Action item: Please tally the lines of the records that contain "radius" and send back only the total.

Recorded data
-*-
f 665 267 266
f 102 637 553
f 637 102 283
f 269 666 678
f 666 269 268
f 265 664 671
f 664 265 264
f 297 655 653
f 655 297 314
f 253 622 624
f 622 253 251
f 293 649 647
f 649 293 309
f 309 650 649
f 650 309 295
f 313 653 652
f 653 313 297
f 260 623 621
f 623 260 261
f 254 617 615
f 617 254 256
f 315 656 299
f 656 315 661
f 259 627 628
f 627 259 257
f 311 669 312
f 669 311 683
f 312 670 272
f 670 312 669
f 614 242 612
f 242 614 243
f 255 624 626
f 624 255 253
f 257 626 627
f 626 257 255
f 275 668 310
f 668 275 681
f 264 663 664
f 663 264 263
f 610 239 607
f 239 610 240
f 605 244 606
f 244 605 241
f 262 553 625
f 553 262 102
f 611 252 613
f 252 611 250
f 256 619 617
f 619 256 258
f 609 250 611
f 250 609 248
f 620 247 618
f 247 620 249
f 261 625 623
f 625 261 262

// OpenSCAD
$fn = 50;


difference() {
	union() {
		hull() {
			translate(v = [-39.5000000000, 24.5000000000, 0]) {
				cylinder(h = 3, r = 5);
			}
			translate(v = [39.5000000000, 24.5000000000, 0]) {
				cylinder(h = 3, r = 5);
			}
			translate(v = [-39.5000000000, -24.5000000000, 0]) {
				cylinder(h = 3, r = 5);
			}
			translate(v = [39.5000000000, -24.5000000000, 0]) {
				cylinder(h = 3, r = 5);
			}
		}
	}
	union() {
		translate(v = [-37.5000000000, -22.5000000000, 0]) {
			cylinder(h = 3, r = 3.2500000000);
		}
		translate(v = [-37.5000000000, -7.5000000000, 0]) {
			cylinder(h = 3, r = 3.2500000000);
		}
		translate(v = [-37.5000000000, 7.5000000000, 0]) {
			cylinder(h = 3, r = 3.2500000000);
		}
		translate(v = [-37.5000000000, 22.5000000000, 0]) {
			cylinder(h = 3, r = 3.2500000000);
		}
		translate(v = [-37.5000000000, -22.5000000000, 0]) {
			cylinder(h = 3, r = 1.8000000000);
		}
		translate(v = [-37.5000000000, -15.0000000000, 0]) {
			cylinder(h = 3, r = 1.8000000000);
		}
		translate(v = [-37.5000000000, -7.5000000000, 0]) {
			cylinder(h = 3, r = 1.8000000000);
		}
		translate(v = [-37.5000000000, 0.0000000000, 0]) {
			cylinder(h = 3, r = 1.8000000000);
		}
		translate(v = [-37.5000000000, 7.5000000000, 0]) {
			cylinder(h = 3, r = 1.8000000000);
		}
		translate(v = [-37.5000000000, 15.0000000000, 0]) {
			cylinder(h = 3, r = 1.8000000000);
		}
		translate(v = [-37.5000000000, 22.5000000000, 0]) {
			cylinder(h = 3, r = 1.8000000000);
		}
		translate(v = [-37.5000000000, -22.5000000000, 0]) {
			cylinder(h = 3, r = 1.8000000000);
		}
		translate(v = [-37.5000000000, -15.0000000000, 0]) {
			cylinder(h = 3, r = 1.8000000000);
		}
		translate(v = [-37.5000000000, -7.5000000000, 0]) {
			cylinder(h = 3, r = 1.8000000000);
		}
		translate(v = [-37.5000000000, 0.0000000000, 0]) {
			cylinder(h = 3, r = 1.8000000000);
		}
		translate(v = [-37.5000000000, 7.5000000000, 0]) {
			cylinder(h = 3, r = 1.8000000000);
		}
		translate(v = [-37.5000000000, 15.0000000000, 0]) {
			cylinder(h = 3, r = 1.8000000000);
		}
-*-
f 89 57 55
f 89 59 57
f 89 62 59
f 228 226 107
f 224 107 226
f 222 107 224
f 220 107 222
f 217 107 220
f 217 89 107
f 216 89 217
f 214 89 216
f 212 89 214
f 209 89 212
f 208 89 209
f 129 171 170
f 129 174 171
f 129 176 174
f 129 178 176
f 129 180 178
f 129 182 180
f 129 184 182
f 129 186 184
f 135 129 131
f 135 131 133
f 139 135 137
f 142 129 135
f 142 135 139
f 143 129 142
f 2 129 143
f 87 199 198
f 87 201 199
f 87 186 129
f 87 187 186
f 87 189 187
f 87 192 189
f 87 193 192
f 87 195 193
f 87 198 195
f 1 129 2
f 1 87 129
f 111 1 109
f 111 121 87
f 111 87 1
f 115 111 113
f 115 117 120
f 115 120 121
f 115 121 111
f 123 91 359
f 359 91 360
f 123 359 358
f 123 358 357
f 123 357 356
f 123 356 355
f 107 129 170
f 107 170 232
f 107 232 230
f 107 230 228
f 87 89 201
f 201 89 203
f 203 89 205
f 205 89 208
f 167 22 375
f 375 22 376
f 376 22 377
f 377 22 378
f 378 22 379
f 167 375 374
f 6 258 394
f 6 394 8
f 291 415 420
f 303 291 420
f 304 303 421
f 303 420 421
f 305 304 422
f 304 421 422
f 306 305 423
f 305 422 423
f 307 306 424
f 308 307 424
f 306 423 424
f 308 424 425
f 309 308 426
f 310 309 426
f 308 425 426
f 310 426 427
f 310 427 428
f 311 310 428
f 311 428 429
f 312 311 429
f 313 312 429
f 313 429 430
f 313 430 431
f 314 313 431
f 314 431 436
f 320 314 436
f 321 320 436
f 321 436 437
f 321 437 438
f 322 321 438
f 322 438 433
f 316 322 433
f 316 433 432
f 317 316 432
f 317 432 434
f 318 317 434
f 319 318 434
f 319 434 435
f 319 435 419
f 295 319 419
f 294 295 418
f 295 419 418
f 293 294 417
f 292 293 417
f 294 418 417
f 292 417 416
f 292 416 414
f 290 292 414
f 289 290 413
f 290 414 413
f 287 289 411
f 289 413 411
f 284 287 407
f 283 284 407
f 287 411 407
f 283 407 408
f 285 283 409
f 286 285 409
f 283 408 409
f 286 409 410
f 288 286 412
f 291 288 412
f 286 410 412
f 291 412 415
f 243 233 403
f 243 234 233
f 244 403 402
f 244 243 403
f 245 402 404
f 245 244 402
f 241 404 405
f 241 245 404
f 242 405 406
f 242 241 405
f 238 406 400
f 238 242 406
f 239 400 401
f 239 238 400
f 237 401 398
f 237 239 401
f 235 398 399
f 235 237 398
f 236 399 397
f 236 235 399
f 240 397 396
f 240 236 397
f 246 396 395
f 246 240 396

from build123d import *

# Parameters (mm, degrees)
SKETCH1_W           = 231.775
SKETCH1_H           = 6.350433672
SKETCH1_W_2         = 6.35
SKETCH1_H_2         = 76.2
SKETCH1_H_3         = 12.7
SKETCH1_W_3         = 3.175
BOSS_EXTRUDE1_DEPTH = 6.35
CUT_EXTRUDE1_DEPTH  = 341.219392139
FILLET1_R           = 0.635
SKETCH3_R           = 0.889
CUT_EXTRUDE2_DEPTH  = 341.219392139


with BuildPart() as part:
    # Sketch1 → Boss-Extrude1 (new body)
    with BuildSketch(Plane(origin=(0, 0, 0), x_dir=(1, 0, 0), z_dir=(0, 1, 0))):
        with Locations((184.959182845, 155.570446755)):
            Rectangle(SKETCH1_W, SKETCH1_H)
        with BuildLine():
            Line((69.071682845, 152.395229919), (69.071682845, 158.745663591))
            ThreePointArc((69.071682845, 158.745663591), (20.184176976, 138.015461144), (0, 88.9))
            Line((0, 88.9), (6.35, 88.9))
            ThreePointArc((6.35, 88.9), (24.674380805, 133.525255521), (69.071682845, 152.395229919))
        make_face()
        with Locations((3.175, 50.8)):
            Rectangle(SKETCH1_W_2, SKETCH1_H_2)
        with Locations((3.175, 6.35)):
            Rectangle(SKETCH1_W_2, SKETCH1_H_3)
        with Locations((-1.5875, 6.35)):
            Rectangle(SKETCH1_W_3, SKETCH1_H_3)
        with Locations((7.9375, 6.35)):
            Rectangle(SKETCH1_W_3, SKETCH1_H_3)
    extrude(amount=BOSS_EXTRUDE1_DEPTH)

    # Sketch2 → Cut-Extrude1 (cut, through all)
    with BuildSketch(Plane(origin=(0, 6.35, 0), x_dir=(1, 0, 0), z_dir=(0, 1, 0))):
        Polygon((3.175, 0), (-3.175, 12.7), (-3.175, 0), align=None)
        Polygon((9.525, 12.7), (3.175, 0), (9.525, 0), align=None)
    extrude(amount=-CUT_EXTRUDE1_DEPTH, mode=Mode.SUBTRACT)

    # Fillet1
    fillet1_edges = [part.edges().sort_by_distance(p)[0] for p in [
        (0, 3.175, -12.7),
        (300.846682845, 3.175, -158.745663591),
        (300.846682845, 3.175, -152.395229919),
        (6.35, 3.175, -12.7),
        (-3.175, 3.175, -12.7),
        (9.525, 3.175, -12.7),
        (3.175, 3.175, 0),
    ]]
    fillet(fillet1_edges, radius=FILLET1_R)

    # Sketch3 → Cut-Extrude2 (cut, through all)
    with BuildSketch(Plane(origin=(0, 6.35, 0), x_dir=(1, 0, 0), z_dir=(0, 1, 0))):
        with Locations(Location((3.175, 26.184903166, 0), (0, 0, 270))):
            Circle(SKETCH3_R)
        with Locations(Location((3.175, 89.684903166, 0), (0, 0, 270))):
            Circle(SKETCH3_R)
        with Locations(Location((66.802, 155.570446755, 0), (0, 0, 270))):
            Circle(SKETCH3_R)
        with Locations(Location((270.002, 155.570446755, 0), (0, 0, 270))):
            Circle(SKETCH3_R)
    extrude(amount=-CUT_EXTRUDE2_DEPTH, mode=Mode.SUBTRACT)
-*-
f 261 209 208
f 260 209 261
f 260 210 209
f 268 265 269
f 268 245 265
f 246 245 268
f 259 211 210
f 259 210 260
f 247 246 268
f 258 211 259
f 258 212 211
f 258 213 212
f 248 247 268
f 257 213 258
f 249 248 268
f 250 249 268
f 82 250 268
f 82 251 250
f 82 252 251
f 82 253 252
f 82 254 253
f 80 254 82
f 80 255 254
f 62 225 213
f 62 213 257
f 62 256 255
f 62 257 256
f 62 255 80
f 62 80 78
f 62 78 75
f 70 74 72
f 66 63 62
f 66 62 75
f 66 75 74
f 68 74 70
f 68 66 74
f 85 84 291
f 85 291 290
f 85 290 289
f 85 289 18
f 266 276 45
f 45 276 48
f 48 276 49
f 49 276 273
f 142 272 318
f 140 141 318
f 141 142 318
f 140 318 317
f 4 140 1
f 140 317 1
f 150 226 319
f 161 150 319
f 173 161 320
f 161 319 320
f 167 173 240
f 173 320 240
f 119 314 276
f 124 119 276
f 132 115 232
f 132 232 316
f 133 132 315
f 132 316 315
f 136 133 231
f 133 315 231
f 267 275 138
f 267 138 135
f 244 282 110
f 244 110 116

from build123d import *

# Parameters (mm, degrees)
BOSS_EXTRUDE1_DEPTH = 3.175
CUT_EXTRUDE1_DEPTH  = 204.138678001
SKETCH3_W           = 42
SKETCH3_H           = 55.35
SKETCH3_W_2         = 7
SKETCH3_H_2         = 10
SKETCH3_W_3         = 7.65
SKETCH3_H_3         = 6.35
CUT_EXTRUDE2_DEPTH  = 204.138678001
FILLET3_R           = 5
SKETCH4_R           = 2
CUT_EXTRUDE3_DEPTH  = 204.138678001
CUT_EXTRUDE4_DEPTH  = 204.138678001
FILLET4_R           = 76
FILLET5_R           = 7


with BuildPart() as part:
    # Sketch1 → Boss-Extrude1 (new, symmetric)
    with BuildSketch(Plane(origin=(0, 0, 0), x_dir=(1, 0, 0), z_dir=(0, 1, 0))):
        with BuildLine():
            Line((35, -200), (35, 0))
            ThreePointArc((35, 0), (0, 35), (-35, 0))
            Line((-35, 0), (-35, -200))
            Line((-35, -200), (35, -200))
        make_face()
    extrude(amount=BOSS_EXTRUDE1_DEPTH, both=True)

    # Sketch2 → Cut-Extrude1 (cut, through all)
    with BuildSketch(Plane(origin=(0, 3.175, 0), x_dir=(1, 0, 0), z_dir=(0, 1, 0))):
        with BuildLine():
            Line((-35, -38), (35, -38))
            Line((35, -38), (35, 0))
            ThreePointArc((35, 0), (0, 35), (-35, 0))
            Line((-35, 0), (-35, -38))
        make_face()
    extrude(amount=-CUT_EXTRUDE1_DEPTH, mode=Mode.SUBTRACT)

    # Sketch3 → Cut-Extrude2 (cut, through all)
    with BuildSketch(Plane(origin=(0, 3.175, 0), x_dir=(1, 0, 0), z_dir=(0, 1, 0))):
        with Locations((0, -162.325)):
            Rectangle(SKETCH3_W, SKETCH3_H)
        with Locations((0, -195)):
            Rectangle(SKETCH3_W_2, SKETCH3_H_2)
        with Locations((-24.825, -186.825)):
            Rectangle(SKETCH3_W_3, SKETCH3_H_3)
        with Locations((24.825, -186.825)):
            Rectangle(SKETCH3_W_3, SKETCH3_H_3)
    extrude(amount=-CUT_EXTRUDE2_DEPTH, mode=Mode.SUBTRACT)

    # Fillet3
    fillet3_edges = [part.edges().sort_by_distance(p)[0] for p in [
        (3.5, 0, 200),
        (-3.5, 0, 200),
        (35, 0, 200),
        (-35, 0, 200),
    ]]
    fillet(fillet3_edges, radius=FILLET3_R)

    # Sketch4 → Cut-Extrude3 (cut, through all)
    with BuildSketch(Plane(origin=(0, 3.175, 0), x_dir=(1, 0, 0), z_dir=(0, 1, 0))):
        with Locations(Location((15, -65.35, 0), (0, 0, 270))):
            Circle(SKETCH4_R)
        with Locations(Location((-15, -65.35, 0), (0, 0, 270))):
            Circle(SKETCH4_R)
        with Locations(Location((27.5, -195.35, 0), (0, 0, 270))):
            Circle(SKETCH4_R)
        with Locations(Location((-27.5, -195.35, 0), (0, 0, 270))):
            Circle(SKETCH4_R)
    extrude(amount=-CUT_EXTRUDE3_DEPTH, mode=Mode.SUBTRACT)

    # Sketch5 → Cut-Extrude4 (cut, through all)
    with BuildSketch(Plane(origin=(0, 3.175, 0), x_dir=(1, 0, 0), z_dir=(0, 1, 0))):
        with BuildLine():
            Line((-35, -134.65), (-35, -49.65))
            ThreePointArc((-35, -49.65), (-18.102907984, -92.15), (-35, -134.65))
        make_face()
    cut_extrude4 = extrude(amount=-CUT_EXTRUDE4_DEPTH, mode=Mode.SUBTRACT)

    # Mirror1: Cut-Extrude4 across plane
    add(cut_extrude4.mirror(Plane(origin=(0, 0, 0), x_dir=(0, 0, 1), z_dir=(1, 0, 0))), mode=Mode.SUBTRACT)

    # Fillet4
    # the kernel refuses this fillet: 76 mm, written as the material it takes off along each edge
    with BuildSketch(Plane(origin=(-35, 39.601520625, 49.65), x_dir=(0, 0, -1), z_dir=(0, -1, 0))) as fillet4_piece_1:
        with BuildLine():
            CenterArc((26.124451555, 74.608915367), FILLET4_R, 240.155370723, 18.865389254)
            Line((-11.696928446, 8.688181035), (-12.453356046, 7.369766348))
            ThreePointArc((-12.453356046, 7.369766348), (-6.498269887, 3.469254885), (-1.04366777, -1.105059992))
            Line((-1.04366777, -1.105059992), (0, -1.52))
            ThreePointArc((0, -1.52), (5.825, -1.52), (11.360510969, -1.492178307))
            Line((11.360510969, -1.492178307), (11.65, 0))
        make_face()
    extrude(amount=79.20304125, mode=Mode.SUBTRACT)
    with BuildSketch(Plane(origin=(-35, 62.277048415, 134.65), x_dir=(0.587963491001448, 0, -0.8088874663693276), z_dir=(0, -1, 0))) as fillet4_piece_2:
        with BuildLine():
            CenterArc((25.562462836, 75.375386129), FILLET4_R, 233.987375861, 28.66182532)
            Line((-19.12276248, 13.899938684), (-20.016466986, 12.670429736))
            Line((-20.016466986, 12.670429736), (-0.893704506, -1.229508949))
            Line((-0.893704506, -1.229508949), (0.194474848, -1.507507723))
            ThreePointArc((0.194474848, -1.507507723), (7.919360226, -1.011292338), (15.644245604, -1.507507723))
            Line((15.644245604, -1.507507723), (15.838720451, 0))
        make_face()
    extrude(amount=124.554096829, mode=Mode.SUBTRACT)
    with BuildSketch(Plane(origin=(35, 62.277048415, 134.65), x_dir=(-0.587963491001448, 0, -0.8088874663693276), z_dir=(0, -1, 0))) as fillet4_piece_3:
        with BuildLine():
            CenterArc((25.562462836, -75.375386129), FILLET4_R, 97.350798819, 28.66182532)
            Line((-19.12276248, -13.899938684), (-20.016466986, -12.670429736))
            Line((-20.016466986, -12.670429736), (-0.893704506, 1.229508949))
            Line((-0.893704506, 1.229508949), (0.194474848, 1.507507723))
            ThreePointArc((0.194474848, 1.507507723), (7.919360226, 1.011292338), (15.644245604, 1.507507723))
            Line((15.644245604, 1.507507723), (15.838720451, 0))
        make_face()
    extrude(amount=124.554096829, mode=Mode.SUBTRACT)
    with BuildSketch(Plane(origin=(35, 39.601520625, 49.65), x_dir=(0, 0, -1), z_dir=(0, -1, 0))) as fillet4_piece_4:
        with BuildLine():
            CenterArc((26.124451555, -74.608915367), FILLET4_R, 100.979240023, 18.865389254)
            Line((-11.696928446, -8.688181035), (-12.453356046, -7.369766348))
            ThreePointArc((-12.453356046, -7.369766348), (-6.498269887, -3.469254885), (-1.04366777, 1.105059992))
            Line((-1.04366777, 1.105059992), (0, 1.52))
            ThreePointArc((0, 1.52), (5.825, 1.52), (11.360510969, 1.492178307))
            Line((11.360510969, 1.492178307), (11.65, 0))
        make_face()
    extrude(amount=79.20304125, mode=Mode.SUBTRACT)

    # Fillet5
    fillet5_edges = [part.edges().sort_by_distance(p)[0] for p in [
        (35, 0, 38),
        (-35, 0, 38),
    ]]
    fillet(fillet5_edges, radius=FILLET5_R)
-*-
Completed task: 3